Instructions to follow> Among the entries that follow, how many lines contain the string "ThreePointArc"? Write the number alone.

Data for this exercise>
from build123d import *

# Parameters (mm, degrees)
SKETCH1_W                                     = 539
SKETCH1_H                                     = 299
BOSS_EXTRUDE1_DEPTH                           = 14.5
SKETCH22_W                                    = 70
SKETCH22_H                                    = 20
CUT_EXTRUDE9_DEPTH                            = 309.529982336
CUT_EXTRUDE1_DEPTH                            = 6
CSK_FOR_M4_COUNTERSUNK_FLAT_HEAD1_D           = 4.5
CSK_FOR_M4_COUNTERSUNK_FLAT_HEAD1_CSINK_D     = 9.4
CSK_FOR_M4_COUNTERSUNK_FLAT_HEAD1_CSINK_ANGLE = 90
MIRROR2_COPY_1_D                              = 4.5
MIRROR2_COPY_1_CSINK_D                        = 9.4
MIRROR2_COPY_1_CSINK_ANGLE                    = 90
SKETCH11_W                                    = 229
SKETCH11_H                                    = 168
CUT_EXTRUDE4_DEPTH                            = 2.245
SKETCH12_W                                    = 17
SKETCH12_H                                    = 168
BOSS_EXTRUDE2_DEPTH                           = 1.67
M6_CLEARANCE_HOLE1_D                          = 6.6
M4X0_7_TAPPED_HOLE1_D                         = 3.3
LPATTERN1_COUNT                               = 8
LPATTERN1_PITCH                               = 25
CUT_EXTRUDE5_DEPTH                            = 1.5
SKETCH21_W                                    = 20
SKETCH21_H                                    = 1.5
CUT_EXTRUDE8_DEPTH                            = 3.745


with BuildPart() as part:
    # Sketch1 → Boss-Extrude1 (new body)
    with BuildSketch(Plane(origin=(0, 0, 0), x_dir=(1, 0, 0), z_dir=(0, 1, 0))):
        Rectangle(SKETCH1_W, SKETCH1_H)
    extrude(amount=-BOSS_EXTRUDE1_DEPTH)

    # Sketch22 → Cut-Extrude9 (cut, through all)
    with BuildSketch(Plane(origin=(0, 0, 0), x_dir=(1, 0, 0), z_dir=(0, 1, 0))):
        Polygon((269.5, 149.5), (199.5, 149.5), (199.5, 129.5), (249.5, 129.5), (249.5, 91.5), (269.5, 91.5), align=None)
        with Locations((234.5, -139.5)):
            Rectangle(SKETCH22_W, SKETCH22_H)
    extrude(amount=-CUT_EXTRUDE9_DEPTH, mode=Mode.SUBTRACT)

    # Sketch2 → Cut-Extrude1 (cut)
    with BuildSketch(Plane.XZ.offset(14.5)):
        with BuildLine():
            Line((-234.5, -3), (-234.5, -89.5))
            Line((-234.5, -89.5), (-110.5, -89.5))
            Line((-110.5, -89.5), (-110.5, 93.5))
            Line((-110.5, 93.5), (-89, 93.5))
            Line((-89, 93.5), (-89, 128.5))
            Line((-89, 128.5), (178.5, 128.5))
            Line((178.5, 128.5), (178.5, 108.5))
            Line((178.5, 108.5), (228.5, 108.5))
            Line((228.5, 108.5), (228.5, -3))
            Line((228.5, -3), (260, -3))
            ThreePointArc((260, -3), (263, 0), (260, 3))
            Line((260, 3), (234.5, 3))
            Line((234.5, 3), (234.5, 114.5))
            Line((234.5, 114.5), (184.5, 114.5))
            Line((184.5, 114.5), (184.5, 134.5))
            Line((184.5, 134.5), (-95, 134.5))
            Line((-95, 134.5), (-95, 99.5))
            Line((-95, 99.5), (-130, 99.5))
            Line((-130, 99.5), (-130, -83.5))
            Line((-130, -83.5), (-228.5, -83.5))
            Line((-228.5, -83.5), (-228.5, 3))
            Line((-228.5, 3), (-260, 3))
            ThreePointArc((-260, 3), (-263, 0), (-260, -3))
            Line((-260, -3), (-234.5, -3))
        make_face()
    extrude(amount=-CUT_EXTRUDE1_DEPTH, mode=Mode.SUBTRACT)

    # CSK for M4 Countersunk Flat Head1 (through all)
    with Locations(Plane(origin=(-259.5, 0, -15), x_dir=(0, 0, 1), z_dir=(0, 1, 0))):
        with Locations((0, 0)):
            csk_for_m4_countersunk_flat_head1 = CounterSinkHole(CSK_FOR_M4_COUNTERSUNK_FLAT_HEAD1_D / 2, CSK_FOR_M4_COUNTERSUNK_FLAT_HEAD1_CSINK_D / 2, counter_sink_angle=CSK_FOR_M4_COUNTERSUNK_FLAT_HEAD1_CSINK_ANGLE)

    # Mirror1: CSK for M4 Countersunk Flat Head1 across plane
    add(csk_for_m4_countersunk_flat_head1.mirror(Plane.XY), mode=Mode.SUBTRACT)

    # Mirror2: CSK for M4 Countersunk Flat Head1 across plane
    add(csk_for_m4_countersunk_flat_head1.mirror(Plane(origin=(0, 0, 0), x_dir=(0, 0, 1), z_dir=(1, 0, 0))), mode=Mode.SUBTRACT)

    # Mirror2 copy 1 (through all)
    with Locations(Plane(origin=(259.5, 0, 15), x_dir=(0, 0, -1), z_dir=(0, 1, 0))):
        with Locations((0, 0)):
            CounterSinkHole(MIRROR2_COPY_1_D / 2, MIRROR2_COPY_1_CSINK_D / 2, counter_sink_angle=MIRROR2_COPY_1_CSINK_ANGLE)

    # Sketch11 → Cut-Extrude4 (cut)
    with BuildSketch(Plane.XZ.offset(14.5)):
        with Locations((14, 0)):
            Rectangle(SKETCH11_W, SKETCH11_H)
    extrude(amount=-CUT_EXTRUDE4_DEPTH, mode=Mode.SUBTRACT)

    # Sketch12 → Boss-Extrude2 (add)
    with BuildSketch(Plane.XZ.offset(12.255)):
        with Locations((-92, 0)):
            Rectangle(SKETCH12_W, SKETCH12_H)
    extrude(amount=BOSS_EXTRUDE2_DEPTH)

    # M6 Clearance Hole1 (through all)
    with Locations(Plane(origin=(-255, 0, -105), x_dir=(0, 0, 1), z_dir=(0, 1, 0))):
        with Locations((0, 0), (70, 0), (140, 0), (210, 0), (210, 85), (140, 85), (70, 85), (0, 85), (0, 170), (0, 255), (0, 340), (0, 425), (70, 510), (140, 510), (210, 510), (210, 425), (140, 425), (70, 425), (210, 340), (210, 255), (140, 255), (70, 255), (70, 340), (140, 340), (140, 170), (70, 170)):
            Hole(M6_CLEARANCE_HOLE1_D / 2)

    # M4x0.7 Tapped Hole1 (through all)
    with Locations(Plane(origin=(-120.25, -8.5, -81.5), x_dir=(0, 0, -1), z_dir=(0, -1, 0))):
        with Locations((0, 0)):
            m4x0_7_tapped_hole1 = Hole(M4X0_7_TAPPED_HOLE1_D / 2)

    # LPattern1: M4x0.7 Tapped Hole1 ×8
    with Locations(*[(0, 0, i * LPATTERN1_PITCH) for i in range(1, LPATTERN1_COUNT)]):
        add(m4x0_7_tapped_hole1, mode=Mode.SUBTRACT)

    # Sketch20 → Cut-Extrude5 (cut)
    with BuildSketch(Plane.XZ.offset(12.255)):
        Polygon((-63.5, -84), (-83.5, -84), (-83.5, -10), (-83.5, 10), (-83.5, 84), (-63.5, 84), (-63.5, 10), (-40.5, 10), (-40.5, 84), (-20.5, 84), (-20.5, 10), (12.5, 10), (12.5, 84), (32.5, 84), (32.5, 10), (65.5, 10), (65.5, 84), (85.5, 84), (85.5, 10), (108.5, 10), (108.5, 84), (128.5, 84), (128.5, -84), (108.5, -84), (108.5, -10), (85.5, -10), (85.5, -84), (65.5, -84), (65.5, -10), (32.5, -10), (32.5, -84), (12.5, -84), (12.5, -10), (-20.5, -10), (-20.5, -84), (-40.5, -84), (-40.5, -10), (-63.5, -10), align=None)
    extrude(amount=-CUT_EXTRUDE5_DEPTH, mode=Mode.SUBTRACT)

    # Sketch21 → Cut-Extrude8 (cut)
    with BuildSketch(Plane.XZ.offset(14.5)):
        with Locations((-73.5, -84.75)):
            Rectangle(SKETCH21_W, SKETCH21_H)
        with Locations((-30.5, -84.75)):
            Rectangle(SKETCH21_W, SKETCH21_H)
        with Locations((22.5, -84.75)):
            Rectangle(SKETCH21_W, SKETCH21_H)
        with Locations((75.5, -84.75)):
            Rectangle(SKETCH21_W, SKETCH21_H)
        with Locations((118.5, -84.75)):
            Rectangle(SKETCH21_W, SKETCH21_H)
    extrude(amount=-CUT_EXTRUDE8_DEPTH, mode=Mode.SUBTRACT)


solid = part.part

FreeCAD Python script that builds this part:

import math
import FreeCAD as App
import Part
import Sketcher


def add_polygon(sketch, points):
    """Adds a closed chain of lines whose ends are joined by coincident constraints."""
    first, n = sketch.GeometryCount, len(points)
    for a, b in zip(points, points[1:] + points[:1]):
        sketch.addGeometry(Part.LineSegment(App.Vector(*a, 0), App.Vector(*b, 0)), False)
    for i in range(n):
        sketch.addConstraint(Sketcher.Constraint("Coincident", first + i, 2, first + (i + 1) % n, 1))

doc = App.newDocument("Part")
body = doc.addObject("PartDesign::Body", "Body")

# Sketch on XZ plane
sketch1 = doc.addObject("Sketcher::SketchObject", "Sketch")
body.addObject(sketch1)
sketch1.AttachmentSupport = (doc.XZ_Plane, [""])
sketch1.MapMode = "FlatFace"
add_polygon(sketch1, [(-269.5, -149.5), (-269.5, 149.5), (269.5, 149.5), (269.5, -149.5)])  # lines 0-3
sketch1.addConstraint(Sketcher.Constraint("Vertical", 0))
sketch1.addConstraint(Sketcher.Constraint("Horizontal", 1))
sketch1.addConstraint(Sketcher.Constraint("Vertical", 2))
sketch1.addConstraint(Sketcher.Constraint("Horizontal", 3))
sketch1.addConstraint(Sketcher.Constraint("Symmetric", 0, 2, 2, 2, -1, 1))
sketch1.addConstraint(Sketcher.Constraint("DistanceX", 1, 1, 1, 2, 539.0))
sketch1.addConstraint(Sketcher.Constraint("DistanceY", 0, 1, 0, 2, 299.0))
pad1 = doc.addObject("PartDesign::Pad", "Pad")
body.addObject(pad1)
pad1.Profile = sketch1
pad1.Length = 14.5

# Sketch on XZ plane
sketch2 = doc.addObject("Sketcher::SketchObject", "Sketch001")
body.addObject(sketch2)
sketch2.AttachmentSupport = (doc.XZ_Plane, [""])
sketch2.MapMode = "FlatFace"
add_polygon(sketch2, [(269.5, -149.5), (199.5, -149.5), (199.5, -129.5), (249.5, -129.5), (249.5, -91.5), (269.5, -91.5)])  # lines 0-5
add_polygon(sketch2, [(199.5, 129.5), (199.5, 149.5), (269.5, 149.5), (269.5, 129.5)])  # lines 6-9
sketch2.addConstraint(Sketcher.Constraint("Horizontal", 0))
sketch2.addConstraint(Sketcher.Constraint("Vertical", 1))
sketch2.addConstraint(Sketcher.Constraint("Horizontal", 2))
sketch2.addConstraint(Sketcher.Constraint("Vertical", 3))
sketch2.addConstraint(Sketcher.Constraint("Horizontal", 4))
sketch2.addConstraint(Sketcher.Constraint("Vertical", 5))
sketch2.addConstraint(Sketcher.Constraint("Vertical", 6))
sketch2.addConstraint(Sketcher.Constraint("Horizontal", 7))
sketch2.addConstraint(Sketcher.Constraint("Vertical", 8))
sketch2.addConstraint(Sketcher.Constraint("Horizontal", 9))
sketch2.addConstraint(Sketcher.Constraint("Symmetric", 0, 2, 6, 2, -1))
sketch2.addConstraint(Sketcher.Constraint("Vertical", 5, 2, 7, 2))
sketch2.addConstraint(Sketcher.Constraint("Equal", 4, 1))
sketch2.addConstraint(Sketcher.Constraint("Equal", 1, 6))
sketch2.addConstraint(Sketcher.Constraint("DistanceX", 0, 2, 0, 1, 70.0))
sketch2.addConstraint(Sketcher.Constraint("DistanceX", 2, 1, 2, 2, 50.0))
sketch2.addConstraint(Sketcher.Constraint("DistanceY", 3, 1, 3, 2, 38.0))
sketch2.addConstraint(Sketcher.Constraint("DistanceY", 3, 2, 6, 2, 241.0))
sketch2.addConstraint(Sketcher.Constraint("DistanceX", -1, 1, 0, 2, 199.5))
pocket1 = doc.addObject("PartDesign::Pocket", "Pocket")
body.addObject(pocket1)
pocket1.Profile = sketch2
pocket1.Type = "ThroughAll"
pocket1.Reversed = True

# Sketch on XZ plane
sketch3 = doc.addObject("Sketcher::SketchObject", "Sketch002")
body.addObject(sketch3)
sketch3.AttachmentSupport = (doc.XZ_Plane, [""])
sketch3.MapMode = "FlatFace"
sketch3.AttachmentOffset = App.Placement(App.Vector(0, 0, 14.5), App.Rotation())
sketch3.addGeometry(Part.LineSegment(App.Vector(-234.5, -3, 0), App.Vector(-234.5, -89.5, 0)), False)
sketch3.addGeometry(Part.LineSegment(App.Vector(-234.5, -89.5, 0), App.Vector(-110.5, -89.5, 0)), False)
sketch3.addGeometry(Part.LineSegment(App.Vector(-110.5, -89.5, 0), App.Vector(-110.5, 93.5, 0)), False)
sketch3.addGeometry(Part.LineSegment(App.Vector(-110.5, 93.5, 0), App.Vector(-89, 93.5, 0)), False)
sketch3.addGeometry(Part.LineSegment(App.Vector(-89, 93.5, 0), App.Vector(-89, 128.5, 0)), False)
sketch3.addGeometry(Part.LineSegment(App.Vector(-89, 128.5, 0), App.Vector(178.5, 128.5, 0)), False)
sketch3.addGeometry(Part.LineSegment(App.Vector(178.5, 128.5, 0), App.Vector(178.5, 108.5, 0)), False)
sketch3.addGeometry(Part.LineSegment(App.Vector(178.5, 108.5, 0), App.Vector(228.5, 108.5, 0)), False)
sketch3.addGeometry(Part.LineSegment(App.Vector(228.5, 108.5, 0), App.Vector(228.5, -3, 0)), False)
sketch3.addGeometry(Part.LineSegment(App.Vector(228.5, -3, 0), App.Vector(260, -3, 0)), False)
sketch3.addGeometry(Part.ArcOfCircle(Part.Circle(App.Vector(260, 0, 0), App.Vector(0, 0, 1), 3), math.radians(-90), math.radians(90)), False)
sketch3.addGeometry(Part.LineSegment(App.Vector(260, 3, 0), App.Vector(234.5, 3, 0)), False)
sketch3.addGeometry(Part.LineSegment(App.Vector(234.5, 3, 0), App.Vector(234.5, 114.5, 0)), False)
sketch3.addGeometry(Part.LineSegment(App.Vector(234.5, 114.5, 0), App.Vector(184.5, 114.5, 0)), False)
sketch3.addGeometry(Part.LineSegment(App.Vector(184.5, 114.5, 0), App.Vector(184.5, 134.5, 0)), False)
sketch3.addGeometry(Part.LineSegment(App.Vector(184.5, 134.5, 0), App.Vector(-95, 134.5, 0)), False)
sketch3.addGeometry(Part.LineSegment(App.Vector(-95, 134.5, 0), App.Vector(-95, 99.5, 0)), False)
sketch3.addGeometry(Part.LineSegment(App.Vector(-95, 99.5, 0), App.Vector(-130, 99.5, 0)), False)
sketch3.addGeometry(Part.LineSegment(App.Vector(-130, 99.5, 0), App.Vector(-130, -83.5, 0)), False)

Task result> 2